▸ **Listed records**
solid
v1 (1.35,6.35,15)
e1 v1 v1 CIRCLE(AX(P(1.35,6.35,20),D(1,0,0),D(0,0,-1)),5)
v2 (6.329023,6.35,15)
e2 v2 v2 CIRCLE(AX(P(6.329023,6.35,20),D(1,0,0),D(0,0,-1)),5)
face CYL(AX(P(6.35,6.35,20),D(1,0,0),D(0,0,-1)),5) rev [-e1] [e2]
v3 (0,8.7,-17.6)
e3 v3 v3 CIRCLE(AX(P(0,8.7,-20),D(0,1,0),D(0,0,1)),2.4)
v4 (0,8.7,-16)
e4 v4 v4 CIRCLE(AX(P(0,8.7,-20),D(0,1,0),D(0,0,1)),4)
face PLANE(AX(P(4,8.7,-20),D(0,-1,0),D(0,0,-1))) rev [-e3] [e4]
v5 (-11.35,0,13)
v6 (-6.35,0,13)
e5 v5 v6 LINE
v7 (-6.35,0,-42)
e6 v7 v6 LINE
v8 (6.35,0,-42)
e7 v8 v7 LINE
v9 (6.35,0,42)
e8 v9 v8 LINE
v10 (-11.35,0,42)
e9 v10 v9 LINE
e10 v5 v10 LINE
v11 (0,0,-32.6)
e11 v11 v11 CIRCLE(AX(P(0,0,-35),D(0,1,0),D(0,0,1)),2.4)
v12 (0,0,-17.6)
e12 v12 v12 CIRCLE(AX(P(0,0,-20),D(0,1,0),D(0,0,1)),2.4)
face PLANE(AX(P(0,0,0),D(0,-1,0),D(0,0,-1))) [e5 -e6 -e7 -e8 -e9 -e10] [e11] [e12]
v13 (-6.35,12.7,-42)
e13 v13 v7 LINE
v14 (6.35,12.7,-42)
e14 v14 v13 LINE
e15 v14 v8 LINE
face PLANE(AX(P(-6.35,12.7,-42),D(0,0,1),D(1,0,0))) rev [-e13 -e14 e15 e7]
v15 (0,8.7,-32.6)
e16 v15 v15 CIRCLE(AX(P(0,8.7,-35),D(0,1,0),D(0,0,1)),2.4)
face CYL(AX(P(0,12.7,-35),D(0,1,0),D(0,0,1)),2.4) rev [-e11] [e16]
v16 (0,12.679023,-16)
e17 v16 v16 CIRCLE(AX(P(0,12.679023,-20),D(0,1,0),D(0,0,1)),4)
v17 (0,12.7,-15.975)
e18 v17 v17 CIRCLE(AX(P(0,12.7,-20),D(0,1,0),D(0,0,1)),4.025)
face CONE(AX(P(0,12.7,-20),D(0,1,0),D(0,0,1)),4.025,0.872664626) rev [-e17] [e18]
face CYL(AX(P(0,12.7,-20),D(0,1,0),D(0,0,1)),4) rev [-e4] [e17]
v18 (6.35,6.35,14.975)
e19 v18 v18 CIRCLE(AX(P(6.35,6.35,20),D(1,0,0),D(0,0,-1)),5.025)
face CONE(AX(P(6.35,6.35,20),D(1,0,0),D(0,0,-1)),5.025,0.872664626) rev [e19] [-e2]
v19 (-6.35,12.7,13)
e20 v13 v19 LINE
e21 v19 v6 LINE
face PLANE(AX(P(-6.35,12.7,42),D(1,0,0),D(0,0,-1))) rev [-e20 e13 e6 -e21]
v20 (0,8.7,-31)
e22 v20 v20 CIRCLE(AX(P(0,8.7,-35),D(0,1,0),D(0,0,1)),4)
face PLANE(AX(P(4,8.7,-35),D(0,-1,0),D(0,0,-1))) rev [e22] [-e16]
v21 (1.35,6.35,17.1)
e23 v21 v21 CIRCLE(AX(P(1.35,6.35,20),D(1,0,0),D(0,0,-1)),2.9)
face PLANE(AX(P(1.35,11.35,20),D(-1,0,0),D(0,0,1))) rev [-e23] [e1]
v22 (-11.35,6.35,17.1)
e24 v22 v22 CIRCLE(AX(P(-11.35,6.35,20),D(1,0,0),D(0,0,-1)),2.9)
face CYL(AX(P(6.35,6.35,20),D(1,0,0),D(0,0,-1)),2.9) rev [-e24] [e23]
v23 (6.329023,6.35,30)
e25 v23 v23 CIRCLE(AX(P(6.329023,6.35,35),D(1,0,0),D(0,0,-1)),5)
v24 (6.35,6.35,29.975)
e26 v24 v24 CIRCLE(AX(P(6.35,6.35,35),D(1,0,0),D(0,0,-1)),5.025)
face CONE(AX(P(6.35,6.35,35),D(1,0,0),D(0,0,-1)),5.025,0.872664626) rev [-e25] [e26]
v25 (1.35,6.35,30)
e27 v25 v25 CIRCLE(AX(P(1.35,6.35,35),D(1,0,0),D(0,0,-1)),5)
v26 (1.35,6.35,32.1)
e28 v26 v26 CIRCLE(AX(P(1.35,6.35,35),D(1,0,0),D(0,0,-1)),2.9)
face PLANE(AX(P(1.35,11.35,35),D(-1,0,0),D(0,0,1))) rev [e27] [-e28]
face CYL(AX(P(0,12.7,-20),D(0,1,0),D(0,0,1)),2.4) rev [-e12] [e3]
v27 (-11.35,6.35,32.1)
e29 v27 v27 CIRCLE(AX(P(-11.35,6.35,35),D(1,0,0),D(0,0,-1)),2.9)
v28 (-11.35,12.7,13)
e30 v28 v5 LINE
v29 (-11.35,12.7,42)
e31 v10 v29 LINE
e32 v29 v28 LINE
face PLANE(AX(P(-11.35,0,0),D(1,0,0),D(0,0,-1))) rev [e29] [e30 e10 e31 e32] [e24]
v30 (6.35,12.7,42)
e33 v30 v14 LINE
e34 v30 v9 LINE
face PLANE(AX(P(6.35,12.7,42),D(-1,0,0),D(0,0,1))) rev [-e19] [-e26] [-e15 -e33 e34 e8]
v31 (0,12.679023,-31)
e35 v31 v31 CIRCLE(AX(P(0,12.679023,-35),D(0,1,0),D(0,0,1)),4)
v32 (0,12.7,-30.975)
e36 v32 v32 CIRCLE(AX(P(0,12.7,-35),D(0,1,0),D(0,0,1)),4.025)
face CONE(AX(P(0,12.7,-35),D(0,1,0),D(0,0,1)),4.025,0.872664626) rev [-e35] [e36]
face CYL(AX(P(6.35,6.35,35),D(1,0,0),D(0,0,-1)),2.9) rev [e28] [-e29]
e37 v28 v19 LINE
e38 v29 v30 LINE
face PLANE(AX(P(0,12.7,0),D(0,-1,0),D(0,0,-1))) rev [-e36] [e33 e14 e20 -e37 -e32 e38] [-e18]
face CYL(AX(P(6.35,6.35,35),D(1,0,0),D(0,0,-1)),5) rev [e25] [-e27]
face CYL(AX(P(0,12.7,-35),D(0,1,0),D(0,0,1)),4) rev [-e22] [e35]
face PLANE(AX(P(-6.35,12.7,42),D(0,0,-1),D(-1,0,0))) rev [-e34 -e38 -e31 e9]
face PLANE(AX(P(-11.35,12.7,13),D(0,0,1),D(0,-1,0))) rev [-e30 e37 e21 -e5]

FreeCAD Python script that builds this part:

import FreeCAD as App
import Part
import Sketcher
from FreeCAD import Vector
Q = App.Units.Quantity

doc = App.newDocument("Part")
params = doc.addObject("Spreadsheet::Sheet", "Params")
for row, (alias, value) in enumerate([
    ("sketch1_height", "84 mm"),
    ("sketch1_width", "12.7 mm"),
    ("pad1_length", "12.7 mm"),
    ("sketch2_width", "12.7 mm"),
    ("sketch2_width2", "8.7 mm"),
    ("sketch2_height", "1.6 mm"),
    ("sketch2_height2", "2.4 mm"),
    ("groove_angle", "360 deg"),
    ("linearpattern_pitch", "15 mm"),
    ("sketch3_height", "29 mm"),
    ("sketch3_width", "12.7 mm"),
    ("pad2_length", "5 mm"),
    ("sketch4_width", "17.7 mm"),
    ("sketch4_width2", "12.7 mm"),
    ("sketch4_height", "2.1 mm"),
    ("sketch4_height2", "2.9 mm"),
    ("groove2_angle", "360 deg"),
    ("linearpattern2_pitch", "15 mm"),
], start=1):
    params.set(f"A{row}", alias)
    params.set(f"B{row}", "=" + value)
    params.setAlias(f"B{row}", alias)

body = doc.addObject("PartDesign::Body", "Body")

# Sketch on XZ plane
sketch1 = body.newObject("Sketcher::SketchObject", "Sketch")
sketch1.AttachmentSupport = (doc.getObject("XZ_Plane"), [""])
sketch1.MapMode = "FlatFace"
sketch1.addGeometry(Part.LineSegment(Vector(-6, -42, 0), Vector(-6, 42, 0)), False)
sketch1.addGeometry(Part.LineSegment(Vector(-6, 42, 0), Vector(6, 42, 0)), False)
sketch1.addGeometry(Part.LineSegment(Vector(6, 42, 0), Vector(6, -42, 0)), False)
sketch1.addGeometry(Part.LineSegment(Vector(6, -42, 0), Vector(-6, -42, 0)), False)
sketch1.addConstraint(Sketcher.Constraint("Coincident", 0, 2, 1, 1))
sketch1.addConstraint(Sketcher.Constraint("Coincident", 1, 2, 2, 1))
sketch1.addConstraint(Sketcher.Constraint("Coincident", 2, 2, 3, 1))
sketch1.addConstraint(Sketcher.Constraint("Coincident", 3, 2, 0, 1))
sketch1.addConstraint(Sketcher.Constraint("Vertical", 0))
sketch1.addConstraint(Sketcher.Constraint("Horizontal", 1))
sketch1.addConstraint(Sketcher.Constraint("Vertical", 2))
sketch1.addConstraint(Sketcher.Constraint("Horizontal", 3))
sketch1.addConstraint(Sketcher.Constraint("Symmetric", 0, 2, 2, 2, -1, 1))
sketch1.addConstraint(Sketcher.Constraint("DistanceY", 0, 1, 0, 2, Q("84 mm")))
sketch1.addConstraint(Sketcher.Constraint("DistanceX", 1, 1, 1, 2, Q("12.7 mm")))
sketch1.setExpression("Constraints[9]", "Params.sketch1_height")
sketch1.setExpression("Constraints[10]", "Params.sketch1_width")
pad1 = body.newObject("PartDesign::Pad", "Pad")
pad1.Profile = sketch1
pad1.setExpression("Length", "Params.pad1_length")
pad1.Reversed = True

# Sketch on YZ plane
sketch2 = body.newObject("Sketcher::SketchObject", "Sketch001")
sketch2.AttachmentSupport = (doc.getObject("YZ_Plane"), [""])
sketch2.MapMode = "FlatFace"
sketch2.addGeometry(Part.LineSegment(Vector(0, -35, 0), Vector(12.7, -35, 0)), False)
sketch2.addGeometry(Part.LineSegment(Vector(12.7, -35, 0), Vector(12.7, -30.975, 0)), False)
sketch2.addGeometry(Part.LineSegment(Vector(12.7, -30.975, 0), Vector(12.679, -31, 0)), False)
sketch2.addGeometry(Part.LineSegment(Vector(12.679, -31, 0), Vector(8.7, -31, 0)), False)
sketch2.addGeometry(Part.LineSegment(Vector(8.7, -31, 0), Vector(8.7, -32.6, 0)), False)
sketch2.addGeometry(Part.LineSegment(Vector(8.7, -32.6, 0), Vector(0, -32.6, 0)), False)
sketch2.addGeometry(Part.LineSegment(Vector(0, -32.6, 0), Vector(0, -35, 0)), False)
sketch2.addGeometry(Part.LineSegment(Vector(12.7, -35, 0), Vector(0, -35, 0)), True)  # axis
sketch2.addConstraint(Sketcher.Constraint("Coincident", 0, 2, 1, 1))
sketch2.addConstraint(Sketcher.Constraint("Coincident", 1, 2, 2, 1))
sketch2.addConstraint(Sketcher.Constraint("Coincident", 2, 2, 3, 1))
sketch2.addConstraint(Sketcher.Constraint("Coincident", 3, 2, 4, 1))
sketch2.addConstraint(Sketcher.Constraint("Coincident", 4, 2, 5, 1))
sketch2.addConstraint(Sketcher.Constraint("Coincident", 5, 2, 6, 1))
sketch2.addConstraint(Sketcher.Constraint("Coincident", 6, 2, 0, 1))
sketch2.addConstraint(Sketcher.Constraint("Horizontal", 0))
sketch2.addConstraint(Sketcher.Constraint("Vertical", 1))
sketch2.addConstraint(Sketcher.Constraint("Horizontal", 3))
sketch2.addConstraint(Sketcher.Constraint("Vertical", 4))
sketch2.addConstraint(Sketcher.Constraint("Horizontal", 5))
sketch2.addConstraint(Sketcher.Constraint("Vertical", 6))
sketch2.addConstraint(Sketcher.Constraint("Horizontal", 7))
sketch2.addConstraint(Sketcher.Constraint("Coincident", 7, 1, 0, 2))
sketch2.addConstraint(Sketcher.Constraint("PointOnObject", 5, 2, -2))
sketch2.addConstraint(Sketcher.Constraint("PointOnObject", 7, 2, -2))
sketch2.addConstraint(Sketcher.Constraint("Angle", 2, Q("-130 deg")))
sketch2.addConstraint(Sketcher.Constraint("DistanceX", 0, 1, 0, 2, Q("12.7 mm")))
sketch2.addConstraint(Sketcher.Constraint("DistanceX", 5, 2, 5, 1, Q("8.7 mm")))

▸ **Exercise description**
Please give back exactly the lines of the listing above that run from the one containing "e15 v14 v8 LINE" through the one containing "v23 (6.329023,6.35,30)", and only those.

▸ **Problem solution**
e15 v14 v8 LINE
face PLANE(AX(P(-6.35,12.7,-42),D(0,0,1),D(1,0,0))) rev [-e13 -e14 e15 e7]
v15 (0,8.7,-32.6)
e16 v15 v15 CIRCLE(AX(P(0,8.7,-35),D(0,1,0),D(0,0,1)),2.4)
face CYL(AX(P(0,12.7,-35),D(0,1,0),D(0,0,1)),2.4) rev [-e11] [e16]
v16 (0,12.679023,-16)
e17 v16 v16 CIRCLE(AX(P(0,12.679023,-20),D(0,1,0),D(0,0,1)),4)
v17 (0,12.7,-15.975)
e18 v17 v17 CIRCLE(AX(P(0,12.7,-20),D(0,1,0),D(0,0,1)),4.025)
face CONE(AX(P(0,12.7,-20),D(0,1,0),D(0,0,1)),4.025,0.872664626) rev [-e17] [e18]
face CYL(AX(P(0,12.7,-20),D(0,1,0),D(0,0,1)),4) rev [-e4] [e17]
v18 (6.35,6.35,14.975)
e19 v18 v18 CIRCLE(AX(P(6.35,6.35,20),D(1,0,0),D(0,0,-1)),5.025)
face CONE(AX(P(6.35,6.35,20),D(1,0,0),D(0,0,-1)),5.025,0.872664626) rev [e19] [-e2]
v19 (-6.35,12.7,13)
e20 v13 v19 LINE
e21 v19 v6 LINE
face PLANE(AX(P(-6.35,12.7,42),D(1,0,0),D(0,0,-1))) rev [-e20 e13 e6 -e21]
v20 (0,8.7,-31)
e22 v20 v20 CIRCLE(AX(P(0,8.7,-35),D(0,1,0),D(0,0,1)),4)
face PLANE(AX(P(4,8.7,-35),D(0,-1,0),D(0,0,-1))) rev [e22] [-e16]
v21 (1.35,6.35,17.1)
e23 v21 v21 CIRCLE(AX(P(1.35,6.35,20),D(1,0,0),D(0,0,-1)),2.9)
face PLANE(AX(P(1.35,11.35,20),D(-1,0,0),D(0,0,1))) rev [-e23] [e1]
v22 (-11.35,6.35,17.1)
e24 v22 v22 CIRCLE(AX(P(-11.35,6.35,20),D(1,0,0),D(0,0,-1)),2.9)
face CYL(AX(P(6.35,6.35,20),D(1,0,0),D(0,0,-1)),2.9) rev [-e24] [e23]
v23 (6.329023,6.35,30)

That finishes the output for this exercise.